A detailed Monte Carlo analysis in one, two, and three dimensions and with different multigroup scattering kernels is presented for a number of actual reactor systems. Several variance reducing sampling techniques, which we believe to be unusual, are employed and, in addition to the prediction of reactivity, much emphasis is placed on generation time calculations with reference to the “life cycle” point of view. One of the main points of interest in the numerical results obtained is the comparison of the reactivity and time eigenvalues with those obtained from the equivalent SN and jN calculations. The excellent agreement with these two methods establishes the necessary confidence in the Monte Carlo procedure described here. As a further illustration of the method, it was thought to be of interest to compare the numerical results obtained from different scattering kernels (transport approximation, linear anisotropy, and exact anisotropy) with a view to assessing the influence of these different approximations on the reactivity, absorption, leakage, generation time, etc. Simultaneously, an examination of two different Monte Carlo sampling techniques is presented.
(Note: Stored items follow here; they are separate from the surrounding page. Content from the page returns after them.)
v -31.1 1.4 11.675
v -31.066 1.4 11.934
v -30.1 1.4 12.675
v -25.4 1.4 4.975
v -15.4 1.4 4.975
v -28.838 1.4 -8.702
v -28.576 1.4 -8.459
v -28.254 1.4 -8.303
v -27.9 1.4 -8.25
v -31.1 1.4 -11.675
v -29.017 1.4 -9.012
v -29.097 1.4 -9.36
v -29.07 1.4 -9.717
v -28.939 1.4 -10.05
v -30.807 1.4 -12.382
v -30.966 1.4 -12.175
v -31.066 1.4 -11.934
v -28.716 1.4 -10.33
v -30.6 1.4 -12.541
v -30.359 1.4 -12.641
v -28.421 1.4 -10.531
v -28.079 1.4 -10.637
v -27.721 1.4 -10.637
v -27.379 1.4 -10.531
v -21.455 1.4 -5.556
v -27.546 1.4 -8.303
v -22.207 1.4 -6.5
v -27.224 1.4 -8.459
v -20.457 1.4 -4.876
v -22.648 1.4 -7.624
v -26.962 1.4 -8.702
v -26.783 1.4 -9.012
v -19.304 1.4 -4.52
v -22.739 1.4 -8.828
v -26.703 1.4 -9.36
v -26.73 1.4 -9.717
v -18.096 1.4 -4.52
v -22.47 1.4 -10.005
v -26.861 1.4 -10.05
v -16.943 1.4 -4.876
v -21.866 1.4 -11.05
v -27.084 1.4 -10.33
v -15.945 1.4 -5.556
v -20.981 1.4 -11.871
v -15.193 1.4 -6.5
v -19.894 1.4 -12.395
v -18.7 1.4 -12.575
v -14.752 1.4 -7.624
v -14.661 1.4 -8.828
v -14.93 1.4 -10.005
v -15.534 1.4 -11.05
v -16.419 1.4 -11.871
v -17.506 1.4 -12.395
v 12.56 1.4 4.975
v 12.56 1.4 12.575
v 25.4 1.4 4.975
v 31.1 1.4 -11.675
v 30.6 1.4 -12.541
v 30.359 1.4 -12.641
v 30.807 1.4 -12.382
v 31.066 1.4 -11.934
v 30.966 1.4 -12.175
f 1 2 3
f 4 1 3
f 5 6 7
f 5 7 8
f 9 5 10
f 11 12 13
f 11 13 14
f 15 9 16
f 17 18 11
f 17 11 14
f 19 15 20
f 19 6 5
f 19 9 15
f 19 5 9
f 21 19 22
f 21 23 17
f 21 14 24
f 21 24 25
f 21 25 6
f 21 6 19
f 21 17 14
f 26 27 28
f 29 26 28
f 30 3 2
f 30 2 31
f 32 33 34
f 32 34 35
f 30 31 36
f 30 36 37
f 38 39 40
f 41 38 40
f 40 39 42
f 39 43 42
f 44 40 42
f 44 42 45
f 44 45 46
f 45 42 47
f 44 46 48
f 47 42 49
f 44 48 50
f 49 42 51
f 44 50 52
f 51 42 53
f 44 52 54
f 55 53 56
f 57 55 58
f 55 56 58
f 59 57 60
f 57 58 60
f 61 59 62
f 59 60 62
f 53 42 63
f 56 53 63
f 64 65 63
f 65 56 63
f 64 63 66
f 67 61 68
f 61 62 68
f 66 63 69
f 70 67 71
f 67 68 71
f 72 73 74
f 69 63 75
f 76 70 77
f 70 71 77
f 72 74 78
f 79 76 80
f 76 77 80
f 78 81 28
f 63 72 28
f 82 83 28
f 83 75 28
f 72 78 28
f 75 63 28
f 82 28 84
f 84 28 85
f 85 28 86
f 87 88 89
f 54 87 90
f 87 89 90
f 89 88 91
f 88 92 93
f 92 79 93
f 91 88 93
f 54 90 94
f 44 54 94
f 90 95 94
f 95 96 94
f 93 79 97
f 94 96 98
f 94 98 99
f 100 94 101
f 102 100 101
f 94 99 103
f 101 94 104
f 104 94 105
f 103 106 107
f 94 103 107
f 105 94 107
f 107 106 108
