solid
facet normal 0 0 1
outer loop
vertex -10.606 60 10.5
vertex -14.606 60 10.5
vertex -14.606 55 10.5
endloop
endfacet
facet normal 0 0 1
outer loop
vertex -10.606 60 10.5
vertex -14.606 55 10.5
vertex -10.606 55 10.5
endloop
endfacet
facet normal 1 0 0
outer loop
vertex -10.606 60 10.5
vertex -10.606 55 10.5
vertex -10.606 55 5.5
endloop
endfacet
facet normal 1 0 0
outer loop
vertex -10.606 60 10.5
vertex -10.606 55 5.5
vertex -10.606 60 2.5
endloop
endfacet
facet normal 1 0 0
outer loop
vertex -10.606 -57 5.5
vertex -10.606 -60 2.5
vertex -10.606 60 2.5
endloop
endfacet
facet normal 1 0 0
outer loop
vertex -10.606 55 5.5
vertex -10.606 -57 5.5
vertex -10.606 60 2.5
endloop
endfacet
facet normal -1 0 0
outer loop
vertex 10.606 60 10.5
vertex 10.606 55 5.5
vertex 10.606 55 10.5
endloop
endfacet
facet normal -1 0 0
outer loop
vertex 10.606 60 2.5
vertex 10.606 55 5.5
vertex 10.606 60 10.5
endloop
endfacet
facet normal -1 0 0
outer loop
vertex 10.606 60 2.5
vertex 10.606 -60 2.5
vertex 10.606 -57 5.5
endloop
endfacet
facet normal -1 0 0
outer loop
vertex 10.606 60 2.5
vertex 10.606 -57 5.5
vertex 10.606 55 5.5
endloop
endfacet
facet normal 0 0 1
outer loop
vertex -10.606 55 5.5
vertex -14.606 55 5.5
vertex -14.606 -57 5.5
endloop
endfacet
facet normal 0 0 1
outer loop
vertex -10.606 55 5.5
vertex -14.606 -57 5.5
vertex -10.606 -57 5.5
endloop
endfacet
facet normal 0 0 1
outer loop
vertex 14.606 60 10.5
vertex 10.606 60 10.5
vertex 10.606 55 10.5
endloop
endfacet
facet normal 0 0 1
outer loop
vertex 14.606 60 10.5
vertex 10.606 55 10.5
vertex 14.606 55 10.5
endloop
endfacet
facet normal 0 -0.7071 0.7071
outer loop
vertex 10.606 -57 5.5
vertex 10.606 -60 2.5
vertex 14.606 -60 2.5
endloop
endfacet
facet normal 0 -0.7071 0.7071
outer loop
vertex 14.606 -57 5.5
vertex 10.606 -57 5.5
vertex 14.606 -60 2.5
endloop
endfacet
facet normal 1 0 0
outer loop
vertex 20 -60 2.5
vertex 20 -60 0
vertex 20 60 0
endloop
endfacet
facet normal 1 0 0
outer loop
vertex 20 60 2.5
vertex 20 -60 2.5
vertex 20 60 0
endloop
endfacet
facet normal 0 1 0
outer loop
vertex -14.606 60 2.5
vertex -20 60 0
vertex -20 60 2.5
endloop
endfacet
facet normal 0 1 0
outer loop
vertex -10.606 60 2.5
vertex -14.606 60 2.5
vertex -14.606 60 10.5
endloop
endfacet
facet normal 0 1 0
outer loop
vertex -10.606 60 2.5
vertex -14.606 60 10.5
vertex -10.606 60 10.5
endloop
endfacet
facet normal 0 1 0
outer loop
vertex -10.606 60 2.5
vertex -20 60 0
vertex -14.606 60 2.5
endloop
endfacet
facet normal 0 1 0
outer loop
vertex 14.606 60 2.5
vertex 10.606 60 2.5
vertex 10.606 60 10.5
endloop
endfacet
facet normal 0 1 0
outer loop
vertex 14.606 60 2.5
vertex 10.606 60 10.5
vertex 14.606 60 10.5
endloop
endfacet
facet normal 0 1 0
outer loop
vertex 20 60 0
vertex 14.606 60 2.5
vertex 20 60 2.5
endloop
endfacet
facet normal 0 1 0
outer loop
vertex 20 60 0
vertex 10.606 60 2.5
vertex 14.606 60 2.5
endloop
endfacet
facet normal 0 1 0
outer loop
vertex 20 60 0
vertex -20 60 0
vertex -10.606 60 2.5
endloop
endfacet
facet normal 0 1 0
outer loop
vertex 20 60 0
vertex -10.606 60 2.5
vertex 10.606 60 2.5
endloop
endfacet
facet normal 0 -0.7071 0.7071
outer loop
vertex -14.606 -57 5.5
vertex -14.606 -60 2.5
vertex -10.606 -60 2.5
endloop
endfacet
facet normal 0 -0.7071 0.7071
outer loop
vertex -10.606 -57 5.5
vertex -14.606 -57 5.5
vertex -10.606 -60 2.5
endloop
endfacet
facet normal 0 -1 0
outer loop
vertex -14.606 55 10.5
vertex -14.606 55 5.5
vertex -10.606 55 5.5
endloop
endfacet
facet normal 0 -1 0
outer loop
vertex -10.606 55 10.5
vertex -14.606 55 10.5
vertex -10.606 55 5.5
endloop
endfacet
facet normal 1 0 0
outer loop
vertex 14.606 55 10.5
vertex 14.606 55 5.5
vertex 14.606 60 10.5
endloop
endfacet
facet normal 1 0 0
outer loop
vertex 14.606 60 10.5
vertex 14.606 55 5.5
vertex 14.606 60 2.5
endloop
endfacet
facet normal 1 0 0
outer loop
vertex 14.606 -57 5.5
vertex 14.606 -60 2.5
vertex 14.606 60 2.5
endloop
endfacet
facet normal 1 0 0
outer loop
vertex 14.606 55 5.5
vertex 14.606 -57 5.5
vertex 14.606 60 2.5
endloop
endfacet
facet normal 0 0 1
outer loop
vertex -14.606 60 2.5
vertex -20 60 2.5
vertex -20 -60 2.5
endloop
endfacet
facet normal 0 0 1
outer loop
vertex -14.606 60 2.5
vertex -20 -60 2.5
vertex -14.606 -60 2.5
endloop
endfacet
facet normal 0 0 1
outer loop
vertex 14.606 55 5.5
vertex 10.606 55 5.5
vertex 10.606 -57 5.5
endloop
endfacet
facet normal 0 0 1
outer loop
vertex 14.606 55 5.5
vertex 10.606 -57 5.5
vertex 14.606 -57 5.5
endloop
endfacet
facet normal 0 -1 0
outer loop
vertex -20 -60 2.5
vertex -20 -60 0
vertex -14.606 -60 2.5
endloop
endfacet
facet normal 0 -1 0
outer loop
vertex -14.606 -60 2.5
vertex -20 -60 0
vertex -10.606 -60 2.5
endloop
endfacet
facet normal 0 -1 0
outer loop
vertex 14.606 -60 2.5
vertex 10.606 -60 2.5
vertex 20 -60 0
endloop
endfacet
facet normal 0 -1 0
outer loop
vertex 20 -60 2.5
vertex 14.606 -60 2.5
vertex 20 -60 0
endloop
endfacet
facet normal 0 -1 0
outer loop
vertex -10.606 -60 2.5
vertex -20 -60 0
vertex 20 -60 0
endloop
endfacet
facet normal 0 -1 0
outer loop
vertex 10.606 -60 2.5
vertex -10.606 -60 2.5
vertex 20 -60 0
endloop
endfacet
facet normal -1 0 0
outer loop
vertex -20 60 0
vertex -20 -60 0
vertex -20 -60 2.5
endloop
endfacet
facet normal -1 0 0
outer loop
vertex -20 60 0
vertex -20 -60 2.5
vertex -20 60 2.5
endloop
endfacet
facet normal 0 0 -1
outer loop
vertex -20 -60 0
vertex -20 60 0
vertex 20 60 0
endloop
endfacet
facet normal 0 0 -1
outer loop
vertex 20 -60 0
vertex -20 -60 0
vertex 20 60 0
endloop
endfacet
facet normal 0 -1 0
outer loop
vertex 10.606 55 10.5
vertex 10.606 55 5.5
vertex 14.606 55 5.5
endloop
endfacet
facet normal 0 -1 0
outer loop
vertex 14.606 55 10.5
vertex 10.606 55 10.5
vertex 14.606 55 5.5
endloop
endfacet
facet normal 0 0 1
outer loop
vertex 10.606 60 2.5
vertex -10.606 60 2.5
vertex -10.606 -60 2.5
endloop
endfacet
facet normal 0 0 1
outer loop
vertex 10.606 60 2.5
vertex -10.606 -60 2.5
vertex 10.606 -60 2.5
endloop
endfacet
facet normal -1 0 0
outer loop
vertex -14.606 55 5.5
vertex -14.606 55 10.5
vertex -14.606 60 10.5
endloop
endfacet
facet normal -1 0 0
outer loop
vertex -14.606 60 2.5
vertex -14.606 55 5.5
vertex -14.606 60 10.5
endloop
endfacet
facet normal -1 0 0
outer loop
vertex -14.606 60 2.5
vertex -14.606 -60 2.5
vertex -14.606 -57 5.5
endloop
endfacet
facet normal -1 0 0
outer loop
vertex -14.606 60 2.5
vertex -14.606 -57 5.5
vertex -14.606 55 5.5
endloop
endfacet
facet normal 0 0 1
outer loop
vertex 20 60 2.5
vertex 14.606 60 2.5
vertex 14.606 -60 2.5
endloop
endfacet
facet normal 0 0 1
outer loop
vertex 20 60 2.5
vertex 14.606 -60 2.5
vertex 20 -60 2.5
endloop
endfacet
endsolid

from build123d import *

# Parameters (mm, degrees)
F0_W     = 40
F0_H     = 120
F1_DEPTH = 2.5
F2_W     = 4
F2_H     = 120
F3_DEPTH = 3
F4_SIZE  = 3
F5_W     = 4
F5_H     = 5
F6_DEPTH = 5


with BuildPart() as f1:
    # F0 (on Top) → F1 (new body)
    with BuildSketch(Plane.XY):
        Rectangle(F0_W, F0_H)
    extrude(amount=F1_DEPTH)

    # F2 (on face) → F3 (join)
    with BuildSketch(Plane.XY.offset(2.5)):
        with Locations((-12.606392, 0)):
            Rectangle(F2_W, F2_H)
        with Locations((12.606392, 0)):
            Rectangle(F2_W, F2_H)
    extrude(amount=F3_DEPTH)

    # F4
    f4_edges = [f1.edges().sort_by_distance(p)[0] for p in [
        (-12.606392, -60, 5.5),
        (12.606392, -60, 5.5),
    ]]
    chamfer(f4_edges, length=F4_SIZE)

    # F5 (on face) → F6 (join)
    with BuildSketch(Plane.XY.offset(5.5)):
        with Locations((12.606392, 57.5)):
            Rectangle(F5_W, F5_H)
        with Locations((-12.606392, 57.5)):
            Rectangle(F5_W, F5_H)
    extrude(amount=F6_DEPTH)


solid = f1.part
To apply a physical test to the method, some highly enriched uranium spheres, some cylinders of extreme geometry reflected by a variety of materials, and some cylindrical annuli were analyzed and the results compared with experiments. In addition, some systems requiring the full use of the three-dimensional scope of the method are studied. The efficiency of the Monte Carlo procedure is finally illustrated by listing, for several calculations, the probable errors in the reactor eigenvalues and other parameters after 10 min of IBM-7090 computer time. This analysis proves that statistical methods can be used to carry out threedimensional assessments of reactor assemblies with sufficient accuracy without the expenditure of a prohibitive amount of computer time. Such a goal has not yet been achieved by the numerical or analytical methods which solve the neutron transport equation.